I also write separately to criticize the lower tribunals’ cavalier treatment of the appellant’s interests in this case. The appellant worked in family counseling and child care since earning her psychology degree in 1987. Her career ambitions were to work with families in crisis. As she seeks employment involving direct contact with children, the Department of Public Welfare must certify to the prospective employer whether an indicated report of abuse was made within the preceding one-year period. 23 Pa.C.S.A. § 6344 (Purdon Supp. 1993).[1]

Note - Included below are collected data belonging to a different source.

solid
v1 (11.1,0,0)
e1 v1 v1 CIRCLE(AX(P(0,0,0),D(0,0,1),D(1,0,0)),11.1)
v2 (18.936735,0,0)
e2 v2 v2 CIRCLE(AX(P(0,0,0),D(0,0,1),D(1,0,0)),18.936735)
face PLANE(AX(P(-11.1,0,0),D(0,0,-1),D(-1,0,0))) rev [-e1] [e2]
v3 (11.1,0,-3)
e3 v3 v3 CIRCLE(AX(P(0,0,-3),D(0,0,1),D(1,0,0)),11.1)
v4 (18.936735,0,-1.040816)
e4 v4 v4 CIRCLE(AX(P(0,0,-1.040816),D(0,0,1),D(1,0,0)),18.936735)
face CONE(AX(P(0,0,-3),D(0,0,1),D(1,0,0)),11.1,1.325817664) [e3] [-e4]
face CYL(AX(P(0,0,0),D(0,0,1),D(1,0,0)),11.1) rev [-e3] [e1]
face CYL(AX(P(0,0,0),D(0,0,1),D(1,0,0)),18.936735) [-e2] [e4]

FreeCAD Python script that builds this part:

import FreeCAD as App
import Part
import Sketcher
from FreeCAD import Vector


def add_polygon(sketch, points):
    """Adds a closed chain of lines whose ends are joined by coincident constraints."""
    first, n = sketch.GeometryCount, len(points)
    for a, b in zip(points, points[1:] + points[:1]):
        sketch.addGeometry(Part.LineSegment(App.Vector(*a, 0), App.Vector(*b, 0)), False)
    for i in range(n):
        sketch.addConstraint(Sketcher.Constraint("Coincident", first + i, 2, first + (i + 1) % n, 1))

doc = App.newDocument("Part")
params = doc.addObject("Spreadsheet::Sheet", "Params")
for row, (alias, value) in enumerate([
    ("sketch1_height", "3 mm"),
    ("revolution_angle", "360 deg"),
], start=1):
    params.set(f"A{row}", alias)
    params.set(f"B{row}", "=" + value)
    params.setAlias(f"B{row}", alias)

body = doc.addObject("PartDesign::Body", "Body")

# Sketch on XZ plane
sketch1 = body.newObject("Sketcher::SketchObject", "Sketch")
sketch1.AttachmentSupport = (doc.getObject("XZ_Plane"), [""])
sketch1.MapMode = "FlatFace"
add_polygon(sketch1, [(-18.9, -1), (-18.9, 0), (-11.1, 0), (-11.1, -3)])  # lines 0-3
sketch1.addConstraint([
    Sketcher.Constraint("Vertical", 0),
    Sketcher.Constraint("Horizontal", 1),
    Sketcher.Constraint("Vertical", 2),
    Sketcher.Constraint("PointOnObject", 0, 2, -1),
    Sketcher.Constraint("DistanceY", 2, 2, 2, 1, 3.0),
    Sketcher.Constraint("DistanceX", 1, 2, -1, 1, 11.1),
    Sketcher.Constraint("Distance", 3, 8.077921),
    Sketcher.Constraint("DistanceX", 1, 1, 1, 2, 7.836735),
])
sketch1.setExpression("Constraints[8]", "Params.sketch1_height")
revolution = body.newObject("PartDesign::Revolution", "Revolution")
revolution.Profile = sketch1
revolution.ReferenceAxis = (sketch1, ["V_Axis"])
revolution.setExpression("Angle", "Params.revolution_angle")

doc.recompute()
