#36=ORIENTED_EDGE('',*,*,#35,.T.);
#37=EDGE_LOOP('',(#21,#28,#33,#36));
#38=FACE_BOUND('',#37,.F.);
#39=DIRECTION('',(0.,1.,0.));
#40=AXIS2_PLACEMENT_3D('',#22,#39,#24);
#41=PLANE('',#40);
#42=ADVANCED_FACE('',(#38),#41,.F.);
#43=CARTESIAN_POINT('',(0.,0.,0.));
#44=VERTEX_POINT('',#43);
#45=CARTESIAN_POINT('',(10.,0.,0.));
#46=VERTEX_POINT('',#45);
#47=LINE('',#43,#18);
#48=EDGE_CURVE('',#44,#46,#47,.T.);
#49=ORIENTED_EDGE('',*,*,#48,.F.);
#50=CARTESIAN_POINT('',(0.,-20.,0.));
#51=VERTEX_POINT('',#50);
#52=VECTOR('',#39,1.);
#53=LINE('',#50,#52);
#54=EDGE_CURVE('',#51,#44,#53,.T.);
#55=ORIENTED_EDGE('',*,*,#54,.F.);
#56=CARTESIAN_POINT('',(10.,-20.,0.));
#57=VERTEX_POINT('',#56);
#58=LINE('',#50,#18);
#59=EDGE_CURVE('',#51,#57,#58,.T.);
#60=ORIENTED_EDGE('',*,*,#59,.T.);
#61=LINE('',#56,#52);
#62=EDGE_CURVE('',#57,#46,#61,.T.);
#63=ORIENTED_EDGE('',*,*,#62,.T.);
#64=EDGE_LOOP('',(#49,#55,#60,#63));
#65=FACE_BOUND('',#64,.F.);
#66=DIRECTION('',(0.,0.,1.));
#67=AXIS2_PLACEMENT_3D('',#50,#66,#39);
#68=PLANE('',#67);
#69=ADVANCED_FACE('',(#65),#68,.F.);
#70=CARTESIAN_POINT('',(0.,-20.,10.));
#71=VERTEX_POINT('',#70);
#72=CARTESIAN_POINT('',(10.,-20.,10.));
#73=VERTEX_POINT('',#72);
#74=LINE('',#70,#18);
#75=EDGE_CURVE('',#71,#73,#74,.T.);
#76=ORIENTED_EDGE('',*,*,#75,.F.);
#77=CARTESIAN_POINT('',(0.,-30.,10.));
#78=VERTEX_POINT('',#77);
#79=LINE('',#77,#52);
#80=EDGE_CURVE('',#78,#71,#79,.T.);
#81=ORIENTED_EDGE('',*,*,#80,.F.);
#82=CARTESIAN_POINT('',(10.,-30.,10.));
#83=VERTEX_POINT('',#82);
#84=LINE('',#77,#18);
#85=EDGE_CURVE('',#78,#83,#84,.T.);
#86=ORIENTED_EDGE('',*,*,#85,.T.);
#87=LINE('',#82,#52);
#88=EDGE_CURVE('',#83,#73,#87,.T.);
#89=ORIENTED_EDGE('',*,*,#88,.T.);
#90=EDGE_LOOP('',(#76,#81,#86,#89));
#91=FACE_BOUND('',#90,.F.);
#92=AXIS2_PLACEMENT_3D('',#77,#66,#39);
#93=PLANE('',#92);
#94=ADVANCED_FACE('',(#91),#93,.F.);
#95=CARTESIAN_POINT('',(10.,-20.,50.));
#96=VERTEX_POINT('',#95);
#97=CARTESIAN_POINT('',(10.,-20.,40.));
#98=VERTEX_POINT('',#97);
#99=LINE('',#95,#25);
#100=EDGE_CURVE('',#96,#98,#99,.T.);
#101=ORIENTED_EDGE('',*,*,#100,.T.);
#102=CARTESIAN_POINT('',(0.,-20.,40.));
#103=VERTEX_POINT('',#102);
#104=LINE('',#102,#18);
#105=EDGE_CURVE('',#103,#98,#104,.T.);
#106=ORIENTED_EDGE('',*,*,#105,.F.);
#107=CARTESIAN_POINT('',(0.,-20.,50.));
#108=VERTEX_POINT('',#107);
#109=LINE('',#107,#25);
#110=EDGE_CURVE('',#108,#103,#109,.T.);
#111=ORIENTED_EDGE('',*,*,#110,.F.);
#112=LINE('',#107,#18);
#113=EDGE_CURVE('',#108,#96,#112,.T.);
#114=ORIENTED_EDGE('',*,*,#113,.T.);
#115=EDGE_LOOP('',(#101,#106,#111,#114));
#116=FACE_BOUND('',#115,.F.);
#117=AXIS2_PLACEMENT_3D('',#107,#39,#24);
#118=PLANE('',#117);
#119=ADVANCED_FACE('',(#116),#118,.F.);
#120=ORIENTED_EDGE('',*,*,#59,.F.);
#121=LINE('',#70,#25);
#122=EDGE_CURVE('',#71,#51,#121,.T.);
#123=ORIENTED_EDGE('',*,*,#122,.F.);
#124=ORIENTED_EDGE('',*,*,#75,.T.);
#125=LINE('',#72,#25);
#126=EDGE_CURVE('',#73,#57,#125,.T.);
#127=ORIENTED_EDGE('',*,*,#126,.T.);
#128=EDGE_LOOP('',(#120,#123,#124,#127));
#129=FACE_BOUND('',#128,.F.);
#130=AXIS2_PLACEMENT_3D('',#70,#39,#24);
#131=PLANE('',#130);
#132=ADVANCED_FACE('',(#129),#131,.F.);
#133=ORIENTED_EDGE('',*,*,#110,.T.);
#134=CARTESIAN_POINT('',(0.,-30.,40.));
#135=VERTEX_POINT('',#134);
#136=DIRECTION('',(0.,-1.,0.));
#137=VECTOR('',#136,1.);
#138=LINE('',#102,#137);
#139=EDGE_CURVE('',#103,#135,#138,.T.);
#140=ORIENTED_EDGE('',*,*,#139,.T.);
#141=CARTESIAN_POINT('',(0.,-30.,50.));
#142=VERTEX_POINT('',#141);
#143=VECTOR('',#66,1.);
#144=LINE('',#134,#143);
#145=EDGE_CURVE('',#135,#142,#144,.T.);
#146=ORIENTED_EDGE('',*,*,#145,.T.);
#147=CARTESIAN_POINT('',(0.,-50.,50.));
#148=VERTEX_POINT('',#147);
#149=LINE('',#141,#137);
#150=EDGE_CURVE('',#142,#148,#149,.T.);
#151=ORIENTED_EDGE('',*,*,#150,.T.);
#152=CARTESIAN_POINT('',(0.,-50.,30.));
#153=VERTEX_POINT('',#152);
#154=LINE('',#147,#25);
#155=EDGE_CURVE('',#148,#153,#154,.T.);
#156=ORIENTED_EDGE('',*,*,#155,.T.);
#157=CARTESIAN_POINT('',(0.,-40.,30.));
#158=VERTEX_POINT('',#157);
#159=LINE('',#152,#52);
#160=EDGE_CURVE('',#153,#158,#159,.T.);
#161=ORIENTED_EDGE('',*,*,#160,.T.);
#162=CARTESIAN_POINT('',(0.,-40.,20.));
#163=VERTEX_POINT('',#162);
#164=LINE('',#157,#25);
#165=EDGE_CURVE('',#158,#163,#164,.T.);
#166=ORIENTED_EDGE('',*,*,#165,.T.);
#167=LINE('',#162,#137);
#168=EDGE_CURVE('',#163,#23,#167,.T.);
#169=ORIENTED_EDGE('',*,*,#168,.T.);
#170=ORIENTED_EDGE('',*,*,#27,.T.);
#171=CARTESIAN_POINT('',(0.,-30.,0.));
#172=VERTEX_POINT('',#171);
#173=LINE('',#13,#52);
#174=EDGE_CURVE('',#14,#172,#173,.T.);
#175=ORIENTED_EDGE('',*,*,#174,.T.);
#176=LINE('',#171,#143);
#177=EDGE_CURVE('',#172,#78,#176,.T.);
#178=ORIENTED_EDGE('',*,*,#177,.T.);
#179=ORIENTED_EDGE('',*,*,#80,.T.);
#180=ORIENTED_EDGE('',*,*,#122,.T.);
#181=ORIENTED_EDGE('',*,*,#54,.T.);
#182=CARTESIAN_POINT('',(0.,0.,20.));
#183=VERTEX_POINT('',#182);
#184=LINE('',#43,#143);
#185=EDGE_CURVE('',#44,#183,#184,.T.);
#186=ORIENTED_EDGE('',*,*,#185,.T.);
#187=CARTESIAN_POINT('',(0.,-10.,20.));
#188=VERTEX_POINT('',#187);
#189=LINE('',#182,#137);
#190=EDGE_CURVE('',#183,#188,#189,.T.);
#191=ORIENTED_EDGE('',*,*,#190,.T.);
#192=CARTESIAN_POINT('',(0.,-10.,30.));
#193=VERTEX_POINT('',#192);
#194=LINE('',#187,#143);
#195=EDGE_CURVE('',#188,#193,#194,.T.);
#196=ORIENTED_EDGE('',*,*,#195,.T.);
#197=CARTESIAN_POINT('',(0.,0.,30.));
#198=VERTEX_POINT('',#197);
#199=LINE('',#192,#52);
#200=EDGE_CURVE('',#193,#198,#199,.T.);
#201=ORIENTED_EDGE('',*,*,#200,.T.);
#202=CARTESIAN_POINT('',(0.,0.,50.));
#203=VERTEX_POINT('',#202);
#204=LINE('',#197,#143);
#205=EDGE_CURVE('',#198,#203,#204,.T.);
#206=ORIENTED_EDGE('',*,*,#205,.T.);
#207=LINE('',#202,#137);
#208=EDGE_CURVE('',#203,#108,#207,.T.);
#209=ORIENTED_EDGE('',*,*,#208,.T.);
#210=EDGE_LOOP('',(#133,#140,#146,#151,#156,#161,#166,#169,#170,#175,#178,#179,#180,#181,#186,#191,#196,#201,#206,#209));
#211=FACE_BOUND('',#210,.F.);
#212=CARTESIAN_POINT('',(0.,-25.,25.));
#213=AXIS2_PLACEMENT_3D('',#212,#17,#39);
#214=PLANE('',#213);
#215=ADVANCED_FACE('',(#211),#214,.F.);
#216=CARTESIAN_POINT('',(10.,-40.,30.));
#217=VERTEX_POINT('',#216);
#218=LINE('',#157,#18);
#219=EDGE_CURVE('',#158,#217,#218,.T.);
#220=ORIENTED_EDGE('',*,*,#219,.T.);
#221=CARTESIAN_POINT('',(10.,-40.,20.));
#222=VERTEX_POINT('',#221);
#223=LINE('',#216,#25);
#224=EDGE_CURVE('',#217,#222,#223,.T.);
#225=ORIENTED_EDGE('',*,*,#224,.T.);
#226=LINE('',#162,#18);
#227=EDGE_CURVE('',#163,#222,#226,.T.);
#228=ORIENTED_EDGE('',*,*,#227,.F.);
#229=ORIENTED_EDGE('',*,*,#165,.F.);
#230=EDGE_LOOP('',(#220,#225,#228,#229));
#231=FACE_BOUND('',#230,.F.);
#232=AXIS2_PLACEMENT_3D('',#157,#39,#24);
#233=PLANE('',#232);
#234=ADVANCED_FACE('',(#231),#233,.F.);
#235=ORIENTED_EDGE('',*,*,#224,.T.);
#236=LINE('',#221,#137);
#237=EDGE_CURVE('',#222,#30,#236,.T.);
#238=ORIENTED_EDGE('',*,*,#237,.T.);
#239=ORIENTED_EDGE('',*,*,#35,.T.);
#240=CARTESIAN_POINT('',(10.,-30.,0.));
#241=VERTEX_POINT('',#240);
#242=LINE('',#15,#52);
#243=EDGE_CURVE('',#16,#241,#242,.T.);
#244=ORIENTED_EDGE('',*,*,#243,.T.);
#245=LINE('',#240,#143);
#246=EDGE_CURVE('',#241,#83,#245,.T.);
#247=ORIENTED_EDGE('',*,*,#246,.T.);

Although the statute does not per se prevent the appellant from seeking such work, the circulation of an indicated abuse report will effectively deny her and others on this “blacklist” any meaningful opportunity for such work surely for the one-year period of the statute and, perhaps, permanently to the extent its information is made available. On this basis, I would remand with instructions to give the appropriate weight to the testimony proffered by appellant in order to assure a fair hearing for all parties in this matter.

PAPADAKOS, J., joins in this concurring opinion.

[1] Admittedly, this one-year period has passed, making the issue technically moot. However, it is nonetheless justiciable by this Court under the exception to the mootness doctrine as being capable of repetition, yet evading review. See In re Seegrist, 517 Pa. 568, 539 A.2d 799 (1988).